What is it you want. He had said it to Martha (what do you want, baby, he had said, what did you want) the night she drowned off the dock where his gun now lay. He had wanted to say it to Sarah, every time she came home (only she did not now call it home). He had wanted to say it to Knight and he had wanted to say it to Julie. He looked at Lily again. She had the blank, frightened look that she had some nights when he woke her from bad dreams. She had always been afraid of the dark. Sweet Jesus, what had she wanted?

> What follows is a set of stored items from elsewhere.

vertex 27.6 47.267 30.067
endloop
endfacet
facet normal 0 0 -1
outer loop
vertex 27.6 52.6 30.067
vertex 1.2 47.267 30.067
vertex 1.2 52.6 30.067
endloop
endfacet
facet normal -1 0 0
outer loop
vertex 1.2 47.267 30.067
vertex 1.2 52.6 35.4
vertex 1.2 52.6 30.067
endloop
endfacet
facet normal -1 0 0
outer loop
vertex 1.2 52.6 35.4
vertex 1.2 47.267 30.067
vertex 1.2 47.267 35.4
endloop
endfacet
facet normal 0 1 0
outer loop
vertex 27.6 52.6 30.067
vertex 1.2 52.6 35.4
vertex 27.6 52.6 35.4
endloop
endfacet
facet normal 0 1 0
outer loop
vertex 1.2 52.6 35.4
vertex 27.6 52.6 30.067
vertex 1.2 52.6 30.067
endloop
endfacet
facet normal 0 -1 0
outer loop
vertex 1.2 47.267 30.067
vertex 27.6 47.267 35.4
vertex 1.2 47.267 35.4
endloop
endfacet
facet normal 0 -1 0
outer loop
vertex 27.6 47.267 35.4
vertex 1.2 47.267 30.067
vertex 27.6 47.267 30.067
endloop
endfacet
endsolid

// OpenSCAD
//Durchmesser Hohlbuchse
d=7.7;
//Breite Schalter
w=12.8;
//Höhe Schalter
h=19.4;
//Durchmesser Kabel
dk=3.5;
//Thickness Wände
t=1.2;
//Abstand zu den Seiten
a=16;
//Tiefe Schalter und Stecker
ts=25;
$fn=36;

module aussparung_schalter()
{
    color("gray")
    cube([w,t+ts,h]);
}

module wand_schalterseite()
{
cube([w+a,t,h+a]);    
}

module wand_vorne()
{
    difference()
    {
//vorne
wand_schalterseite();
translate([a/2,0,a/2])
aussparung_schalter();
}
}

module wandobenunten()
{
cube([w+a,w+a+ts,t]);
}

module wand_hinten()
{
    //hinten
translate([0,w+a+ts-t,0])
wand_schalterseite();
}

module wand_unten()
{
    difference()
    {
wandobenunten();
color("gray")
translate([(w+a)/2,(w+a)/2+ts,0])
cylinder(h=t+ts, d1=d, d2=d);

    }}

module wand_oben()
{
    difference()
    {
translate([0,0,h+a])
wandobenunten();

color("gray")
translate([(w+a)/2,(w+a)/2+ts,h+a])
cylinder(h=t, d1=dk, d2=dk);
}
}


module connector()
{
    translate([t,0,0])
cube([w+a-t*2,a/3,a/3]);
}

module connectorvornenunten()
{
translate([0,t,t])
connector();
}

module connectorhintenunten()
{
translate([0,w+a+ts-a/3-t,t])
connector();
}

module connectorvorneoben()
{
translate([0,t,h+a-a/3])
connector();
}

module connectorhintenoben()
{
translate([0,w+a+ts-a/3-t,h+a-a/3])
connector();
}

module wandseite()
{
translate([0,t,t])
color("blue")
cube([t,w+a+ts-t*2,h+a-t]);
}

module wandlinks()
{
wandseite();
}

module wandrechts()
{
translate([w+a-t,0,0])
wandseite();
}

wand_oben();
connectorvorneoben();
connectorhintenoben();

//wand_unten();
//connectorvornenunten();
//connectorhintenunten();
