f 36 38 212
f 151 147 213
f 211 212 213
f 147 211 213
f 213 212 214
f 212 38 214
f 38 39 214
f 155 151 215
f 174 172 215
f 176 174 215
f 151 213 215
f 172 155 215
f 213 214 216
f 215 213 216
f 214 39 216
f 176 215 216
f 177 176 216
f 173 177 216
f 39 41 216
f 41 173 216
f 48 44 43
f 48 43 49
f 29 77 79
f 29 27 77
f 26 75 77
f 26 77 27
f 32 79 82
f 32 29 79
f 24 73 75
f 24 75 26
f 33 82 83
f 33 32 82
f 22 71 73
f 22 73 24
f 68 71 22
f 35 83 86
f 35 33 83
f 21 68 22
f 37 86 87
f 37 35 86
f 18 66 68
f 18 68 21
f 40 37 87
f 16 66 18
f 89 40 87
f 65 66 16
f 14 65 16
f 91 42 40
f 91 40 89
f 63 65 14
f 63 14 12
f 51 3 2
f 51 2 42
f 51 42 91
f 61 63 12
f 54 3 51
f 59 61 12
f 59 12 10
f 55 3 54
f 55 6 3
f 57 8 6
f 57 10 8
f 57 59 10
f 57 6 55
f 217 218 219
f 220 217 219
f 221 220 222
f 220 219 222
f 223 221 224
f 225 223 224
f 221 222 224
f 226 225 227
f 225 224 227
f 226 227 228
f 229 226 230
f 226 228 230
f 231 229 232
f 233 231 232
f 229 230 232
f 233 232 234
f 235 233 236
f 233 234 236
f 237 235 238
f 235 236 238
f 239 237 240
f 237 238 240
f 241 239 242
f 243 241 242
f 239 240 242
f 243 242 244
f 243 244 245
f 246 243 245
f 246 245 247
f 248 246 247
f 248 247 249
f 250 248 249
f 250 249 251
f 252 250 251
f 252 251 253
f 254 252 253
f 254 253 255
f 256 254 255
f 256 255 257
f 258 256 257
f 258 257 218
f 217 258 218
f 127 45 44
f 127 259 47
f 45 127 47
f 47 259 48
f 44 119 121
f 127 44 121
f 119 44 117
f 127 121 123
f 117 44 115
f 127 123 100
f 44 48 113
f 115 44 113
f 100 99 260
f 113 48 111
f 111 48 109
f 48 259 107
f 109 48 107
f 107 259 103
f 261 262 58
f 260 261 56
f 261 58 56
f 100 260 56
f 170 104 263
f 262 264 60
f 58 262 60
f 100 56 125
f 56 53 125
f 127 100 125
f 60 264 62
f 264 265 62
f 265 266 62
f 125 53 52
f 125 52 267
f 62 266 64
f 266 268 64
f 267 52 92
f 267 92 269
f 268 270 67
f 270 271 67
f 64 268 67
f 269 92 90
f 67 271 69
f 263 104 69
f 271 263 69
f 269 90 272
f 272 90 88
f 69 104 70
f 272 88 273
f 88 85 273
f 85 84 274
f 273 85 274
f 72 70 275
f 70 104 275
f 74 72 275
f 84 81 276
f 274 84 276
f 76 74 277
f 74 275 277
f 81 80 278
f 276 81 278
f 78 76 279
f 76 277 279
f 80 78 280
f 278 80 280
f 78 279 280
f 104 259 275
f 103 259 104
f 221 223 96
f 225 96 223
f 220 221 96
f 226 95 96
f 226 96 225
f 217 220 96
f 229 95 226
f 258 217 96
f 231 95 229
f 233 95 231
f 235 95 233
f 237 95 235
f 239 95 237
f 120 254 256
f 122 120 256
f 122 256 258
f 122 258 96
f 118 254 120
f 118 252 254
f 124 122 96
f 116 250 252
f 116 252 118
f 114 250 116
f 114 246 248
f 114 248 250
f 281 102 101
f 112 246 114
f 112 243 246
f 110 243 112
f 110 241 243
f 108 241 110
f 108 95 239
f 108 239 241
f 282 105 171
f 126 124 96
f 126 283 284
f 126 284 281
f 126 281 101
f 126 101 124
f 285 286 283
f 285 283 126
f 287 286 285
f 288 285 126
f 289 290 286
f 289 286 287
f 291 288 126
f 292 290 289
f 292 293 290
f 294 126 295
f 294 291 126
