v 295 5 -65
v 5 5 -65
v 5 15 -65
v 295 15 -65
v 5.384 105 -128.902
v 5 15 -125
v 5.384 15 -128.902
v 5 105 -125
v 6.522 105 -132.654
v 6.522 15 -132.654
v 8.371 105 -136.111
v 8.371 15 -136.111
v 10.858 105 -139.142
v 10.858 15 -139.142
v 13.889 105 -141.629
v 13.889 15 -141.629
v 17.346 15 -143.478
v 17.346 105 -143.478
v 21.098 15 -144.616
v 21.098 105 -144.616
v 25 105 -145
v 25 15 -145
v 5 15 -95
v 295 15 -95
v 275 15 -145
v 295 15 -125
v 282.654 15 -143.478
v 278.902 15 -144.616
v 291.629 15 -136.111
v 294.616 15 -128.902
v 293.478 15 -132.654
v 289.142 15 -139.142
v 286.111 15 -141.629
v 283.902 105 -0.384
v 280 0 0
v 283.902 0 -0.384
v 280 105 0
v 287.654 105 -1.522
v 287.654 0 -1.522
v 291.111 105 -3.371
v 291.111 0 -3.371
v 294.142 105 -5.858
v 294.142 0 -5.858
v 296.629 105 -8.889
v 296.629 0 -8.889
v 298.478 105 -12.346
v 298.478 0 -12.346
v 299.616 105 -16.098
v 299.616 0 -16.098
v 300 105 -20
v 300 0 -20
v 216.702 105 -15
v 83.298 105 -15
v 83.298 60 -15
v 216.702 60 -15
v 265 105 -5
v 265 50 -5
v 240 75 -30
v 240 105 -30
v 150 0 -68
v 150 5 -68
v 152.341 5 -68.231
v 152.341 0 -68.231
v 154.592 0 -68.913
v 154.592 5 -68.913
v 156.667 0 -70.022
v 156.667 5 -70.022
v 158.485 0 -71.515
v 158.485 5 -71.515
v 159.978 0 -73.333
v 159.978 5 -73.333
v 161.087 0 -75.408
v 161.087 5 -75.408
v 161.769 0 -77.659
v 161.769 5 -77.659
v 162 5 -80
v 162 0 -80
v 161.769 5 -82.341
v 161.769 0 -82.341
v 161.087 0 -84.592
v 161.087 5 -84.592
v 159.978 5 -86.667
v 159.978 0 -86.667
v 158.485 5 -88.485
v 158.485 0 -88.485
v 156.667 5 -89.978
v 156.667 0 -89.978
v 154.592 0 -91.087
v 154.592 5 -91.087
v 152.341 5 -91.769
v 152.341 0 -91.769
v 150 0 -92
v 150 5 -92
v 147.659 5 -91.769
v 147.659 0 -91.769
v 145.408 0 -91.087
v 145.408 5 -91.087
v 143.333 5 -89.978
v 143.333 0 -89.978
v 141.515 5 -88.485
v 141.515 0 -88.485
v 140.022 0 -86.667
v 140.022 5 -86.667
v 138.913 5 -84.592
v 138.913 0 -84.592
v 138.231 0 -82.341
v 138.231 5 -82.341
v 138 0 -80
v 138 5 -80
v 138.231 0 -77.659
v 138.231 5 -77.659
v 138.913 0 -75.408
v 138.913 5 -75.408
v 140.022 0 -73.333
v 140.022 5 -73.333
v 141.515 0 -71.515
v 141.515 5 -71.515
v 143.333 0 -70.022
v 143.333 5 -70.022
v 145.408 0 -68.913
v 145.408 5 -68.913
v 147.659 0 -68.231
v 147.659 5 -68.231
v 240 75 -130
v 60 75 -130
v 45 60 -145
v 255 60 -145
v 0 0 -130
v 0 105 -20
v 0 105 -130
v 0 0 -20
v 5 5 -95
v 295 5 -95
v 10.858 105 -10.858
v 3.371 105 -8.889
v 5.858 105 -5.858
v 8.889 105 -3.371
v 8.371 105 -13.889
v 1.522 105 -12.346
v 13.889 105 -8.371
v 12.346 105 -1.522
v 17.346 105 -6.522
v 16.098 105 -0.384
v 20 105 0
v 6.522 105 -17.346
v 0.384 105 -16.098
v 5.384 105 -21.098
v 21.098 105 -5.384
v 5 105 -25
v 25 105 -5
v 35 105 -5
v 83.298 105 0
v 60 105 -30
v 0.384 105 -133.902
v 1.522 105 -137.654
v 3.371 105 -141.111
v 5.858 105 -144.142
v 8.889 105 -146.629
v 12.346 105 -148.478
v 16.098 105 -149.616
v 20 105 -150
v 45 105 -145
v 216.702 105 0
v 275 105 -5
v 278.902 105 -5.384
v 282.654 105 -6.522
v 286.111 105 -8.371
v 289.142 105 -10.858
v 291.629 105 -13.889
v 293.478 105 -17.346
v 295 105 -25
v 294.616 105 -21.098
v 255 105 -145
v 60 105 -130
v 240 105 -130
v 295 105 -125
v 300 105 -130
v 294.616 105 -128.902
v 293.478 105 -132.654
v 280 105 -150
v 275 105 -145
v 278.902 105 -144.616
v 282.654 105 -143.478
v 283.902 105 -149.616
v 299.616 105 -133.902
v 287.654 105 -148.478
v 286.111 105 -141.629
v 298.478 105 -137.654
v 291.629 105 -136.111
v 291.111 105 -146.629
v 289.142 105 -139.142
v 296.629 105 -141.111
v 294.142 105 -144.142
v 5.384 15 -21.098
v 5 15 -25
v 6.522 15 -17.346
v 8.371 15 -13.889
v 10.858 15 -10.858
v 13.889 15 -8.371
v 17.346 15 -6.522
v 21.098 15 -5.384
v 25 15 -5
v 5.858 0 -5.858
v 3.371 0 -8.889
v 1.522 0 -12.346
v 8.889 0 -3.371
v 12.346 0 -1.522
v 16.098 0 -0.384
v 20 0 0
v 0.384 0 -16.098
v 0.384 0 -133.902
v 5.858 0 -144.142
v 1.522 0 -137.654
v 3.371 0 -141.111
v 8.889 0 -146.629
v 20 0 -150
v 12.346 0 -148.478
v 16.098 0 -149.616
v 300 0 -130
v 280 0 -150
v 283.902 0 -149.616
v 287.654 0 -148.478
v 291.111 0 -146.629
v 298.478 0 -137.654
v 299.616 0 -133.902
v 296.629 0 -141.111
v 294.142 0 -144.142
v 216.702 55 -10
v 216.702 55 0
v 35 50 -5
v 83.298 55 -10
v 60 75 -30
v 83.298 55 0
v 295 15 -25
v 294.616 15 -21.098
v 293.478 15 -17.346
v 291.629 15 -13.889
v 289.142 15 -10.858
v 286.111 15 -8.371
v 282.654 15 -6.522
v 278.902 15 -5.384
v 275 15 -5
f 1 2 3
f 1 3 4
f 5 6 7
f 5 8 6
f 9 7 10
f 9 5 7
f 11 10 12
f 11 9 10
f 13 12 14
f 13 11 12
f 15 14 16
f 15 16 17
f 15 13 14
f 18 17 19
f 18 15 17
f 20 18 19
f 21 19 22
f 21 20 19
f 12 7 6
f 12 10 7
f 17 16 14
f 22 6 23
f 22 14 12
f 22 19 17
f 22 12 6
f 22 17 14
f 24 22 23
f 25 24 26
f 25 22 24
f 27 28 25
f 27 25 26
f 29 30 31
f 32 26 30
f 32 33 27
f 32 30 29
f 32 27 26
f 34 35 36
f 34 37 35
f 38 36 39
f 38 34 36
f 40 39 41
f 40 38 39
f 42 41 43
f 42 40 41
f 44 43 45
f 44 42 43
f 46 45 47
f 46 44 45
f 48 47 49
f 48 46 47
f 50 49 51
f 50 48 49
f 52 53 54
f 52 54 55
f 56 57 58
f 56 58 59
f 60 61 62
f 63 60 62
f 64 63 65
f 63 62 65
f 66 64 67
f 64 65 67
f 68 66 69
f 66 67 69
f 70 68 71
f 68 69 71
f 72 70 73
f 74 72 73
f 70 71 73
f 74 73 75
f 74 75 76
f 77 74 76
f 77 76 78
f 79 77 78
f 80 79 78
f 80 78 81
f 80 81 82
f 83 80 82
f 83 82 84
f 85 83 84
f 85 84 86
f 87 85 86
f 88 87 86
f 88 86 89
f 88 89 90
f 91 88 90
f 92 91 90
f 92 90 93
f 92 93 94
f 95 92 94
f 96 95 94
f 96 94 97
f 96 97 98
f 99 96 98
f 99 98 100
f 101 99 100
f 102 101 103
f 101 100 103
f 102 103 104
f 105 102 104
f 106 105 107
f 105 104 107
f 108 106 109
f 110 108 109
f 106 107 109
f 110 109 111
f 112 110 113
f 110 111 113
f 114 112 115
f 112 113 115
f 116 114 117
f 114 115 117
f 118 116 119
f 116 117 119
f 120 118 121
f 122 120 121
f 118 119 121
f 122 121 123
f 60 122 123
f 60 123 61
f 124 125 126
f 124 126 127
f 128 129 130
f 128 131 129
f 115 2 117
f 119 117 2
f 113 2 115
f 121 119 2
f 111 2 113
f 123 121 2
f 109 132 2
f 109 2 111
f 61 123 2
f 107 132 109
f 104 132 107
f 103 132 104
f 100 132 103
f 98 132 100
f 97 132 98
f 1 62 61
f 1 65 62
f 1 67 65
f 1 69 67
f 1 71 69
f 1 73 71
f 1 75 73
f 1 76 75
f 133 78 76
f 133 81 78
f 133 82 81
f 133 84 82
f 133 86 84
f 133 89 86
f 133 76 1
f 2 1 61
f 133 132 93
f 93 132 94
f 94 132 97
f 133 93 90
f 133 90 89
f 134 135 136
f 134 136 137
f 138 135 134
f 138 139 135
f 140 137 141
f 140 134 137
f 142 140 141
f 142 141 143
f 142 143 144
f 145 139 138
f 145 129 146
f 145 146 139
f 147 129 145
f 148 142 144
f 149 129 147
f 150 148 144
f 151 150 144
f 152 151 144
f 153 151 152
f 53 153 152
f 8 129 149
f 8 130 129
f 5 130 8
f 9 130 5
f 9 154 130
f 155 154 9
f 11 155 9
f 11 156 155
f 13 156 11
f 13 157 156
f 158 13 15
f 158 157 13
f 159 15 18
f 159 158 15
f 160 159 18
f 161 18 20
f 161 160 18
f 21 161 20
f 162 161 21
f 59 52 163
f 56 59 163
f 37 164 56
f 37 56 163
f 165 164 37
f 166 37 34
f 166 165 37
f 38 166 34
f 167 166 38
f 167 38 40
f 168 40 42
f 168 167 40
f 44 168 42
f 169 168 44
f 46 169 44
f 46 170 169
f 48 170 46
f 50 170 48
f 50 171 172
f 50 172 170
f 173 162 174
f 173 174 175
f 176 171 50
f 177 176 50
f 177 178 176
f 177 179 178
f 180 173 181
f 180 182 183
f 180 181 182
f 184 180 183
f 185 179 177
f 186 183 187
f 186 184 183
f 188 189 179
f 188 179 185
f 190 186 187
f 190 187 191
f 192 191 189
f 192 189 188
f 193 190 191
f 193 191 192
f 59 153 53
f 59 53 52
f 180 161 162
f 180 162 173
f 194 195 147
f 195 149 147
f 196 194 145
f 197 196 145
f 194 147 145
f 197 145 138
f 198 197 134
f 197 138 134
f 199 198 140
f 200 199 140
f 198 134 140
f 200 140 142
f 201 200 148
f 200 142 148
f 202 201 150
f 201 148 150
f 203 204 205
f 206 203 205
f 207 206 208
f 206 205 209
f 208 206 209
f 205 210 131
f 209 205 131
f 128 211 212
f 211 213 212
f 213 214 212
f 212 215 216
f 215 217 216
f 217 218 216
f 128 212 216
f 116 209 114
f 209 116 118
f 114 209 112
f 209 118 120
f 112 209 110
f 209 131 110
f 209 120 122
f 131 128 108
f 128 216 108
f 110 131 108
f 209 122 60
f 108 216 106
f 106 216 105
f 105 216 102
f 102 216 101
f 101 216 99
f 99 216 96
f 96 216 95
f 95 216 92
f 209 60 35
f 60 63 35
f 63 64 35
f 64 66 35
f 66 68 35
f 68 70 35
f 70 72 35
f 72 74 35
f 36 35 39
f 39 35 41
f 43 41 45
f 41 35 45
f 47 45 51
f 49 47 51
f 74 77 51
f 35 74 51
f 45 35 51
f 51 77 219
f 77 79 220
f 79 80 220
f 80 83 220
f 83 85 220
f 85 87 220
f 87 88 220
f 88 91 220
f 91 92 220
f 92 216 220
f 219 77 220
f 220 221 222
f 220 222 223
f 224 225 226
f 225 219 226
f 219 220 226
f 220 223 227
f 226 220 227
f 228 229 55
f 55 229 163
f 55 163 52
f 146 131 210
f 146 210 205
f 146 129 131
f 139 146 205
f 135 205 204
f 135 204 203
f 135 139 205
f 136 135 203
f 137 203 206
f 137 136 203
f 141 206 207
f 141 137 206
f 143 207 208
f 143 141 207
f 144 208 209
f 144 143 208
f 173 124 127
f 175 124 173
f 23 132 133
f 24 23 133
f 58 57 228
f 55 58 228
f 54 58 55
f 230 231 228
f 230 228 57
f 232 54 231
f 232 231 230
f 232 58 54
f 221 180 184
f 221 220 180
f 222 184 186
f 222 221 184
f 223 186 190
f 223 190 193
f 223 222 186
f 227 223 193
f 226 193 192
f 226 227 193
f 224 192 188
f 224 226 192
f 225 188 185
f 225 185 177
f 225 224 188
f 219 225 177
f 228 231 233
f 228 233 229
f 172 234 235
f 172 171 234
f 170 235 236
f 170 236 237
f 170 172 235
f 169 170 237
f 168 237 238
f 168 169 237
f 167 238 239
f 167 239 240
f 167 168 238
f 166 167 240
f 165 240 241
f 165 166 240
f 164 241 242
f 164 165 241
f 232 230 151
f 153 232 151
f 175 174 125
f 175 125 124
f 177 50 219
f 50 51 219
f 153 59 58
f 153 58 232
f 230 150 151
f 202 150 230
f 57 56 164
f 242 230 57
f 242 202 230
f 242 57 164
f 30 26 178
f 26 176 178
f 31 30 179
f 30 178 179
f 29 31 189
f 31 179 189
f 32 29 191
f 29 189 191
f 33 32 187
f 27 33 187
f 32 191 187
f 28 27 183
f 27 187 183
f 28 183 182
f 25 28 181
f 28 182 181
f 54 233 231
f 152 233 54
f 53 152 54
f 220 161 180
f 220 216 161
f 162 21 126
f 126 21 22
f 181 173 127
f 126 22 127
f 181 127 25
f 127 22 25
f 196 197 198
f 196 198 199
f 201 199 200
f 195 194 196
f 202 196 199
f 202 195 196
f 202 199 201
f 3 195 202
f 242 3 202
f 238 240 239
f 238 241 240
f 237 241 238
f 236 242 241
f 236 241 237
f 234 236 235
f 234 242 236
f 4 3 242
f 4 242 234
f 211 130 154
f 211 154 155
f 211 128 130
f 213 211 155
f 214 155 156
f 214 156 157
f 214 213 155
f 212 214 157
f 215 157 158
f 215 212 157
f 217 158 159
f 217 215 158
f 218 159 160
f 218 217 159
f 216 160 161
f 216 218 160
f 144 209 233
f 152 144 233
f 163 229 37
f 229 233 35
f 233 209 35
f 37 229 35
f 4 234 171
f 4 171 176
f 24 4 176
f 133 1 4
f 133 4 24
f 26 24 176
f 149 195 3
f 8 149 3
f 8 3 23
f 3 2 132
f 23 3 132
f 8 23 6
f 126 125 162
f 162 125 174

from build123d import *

# Parameters (mm, degrees)
SKETCH1_W           = 300
SKETCH1_H           = 150
BOSS_EXTRUDE1_DEPTH = 5
SKETCH3_W           = 300
SKETCH3_H           = 150
SKETCH3_W_2         = 290
SKETCH3_H_2         = 140
BOSS_EXTRUDE2_DEPTH = 100
SKETCH4_W           = 290
SKETCH4_H           = 50
SKETCH4_H_2         = 60
BOSS_EXTRUDE3_DEPTH = 10
SKETCH7_R           = 12
CUT_EXTRUDE1_DEPTH  = 351
FILLET1_R           = 20
SKETCH10_W          = 180
SKETCH10_H          = 30
BOSS_EXTRUDE4_DEPTH = 15
SKETCH11_W          = 180
SKETCH11_H          = 30
BOSS_EXTRUDE5_DEPTH = 25
CHAMFER2_SIZE       = 15
CHAMFER3_SIZE       = 25
SKETCH12_W          = 133.404446906
SKETCH12_H          = 15
CUT_EXTRUDE2_DEPTH  = 50


with BuildPart() as part:
    # Sketch1 → Boss-Extrude1 (new body)
    with BuildSketch(Plane(origin=(0, 0, 0), x_dir=(1, 0, 0), z_dir=(0, 1, 0))):
        with Locations((150, 75)):
            Rectangle(SKETCH1_W, SKETCH1_H)
    extrude(amount=BOSS_EXTRUDE1_DEPTH)

    # Sketch3 → Boss-Extrude2 (add)
    with BuildSketch(Plane(origin=(0, 5, 0), x_dir=(1, 0, 0), z_dir=(0, 1, 0))):
        with Locations((150, 75)):
            Rectangle(SKETCH3_W, SKETCH3_H)
        with Locations((150, 75)):
            Rectangle(SKETCH3_W_2, SKETCH3_H_2, mode=Mode.SUBTRACT)
    extrude(amount=BOSS_EXTRUDE2_DEPTH)

    # Sketch4 → Boss-Extrude3 (add)
    with BuildSketch(Plane(origin=(0, 5, 0), x_dir=(1, 0, 0), z_dir=(0, 1, 0))):
        with Locations((150, 120)):
            Rectangle(SKETCH4_W, SKETCH4_H)
        with Locations((150, 35)):
            Rectangle(SKETCH4_W, SKETCH4_H_2)
    extrude(amount=BOSS_EXTRUDE3_DEPTH)

    # Sketch7 → Cut-Extrude1 (cut, through all)
    with BuildSketch(Plane(origin=(0, 5, 0), x_dir=(1, 0, 0), z_dir=(0, 1, 0))):
        with Locations(Location((150, 80, 0), (0, 0, 270))):
            Circle(SKETCH7_R)
    extrude(amount=-CUT_EXTRUDE1_DEPTH, mode=Mode.SUBTRACT)

    # Fillet1
    fillet1_edges = [part.edges().sort_by_distance(p)[0] for p in [
        (5, 60, -145),
        (5, 60, -5),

“I want to go up to the house,” he said.

3

We could make the reasons. Everett’s mind began to function now for the first time since he had left the Templeton house (it must have been about midnight, because someone had shouted “no dancing on Sundays,” and then Francie Templeton had gone to get him a drink he did not need, Joe Templeton had asked him where Lily was, and he had walked out of the house, across the lawn and down the graveled drive to the car; he had seen Knight kissing Francie’s niece from Santa Barbara down on the stone bench by the swimming pool, had discerned Francie’s laugh among the voices and music from the house, and had seen then that Lily’s car was gone); began to weigh the potentialities now as he stood on the levee waiting for the headlights to pass so that he and Lily could cross the road to the house. (Oh God remember how it was to drive the river road late on hot summer nights with Lily asleep, her head dropped on his shoulder, to hear the mosquitoes above the sound of the motor and to know that ahead was the cool white room, the walnut bed with the mosquito netting, Lily’s room and his, his grandfather’s before him. Lost in the night fields, his body, Lily’s body, the house ahead: all one, some indivisible trinity. But maybe it had never been that way except late at night, never except when Lily was asleep. He knew this road so well that he could drive it with his eyes closed, could have plotted every curve in his sleep, knew exactly when to expect the jolt where the roadbed changed at the county line. Remember how it was. Asleep, Lily was any way he willed her.)

“Don’t be afraid now,” Lily said, her voice harsh. She put her hand on his arm as if to pull him along.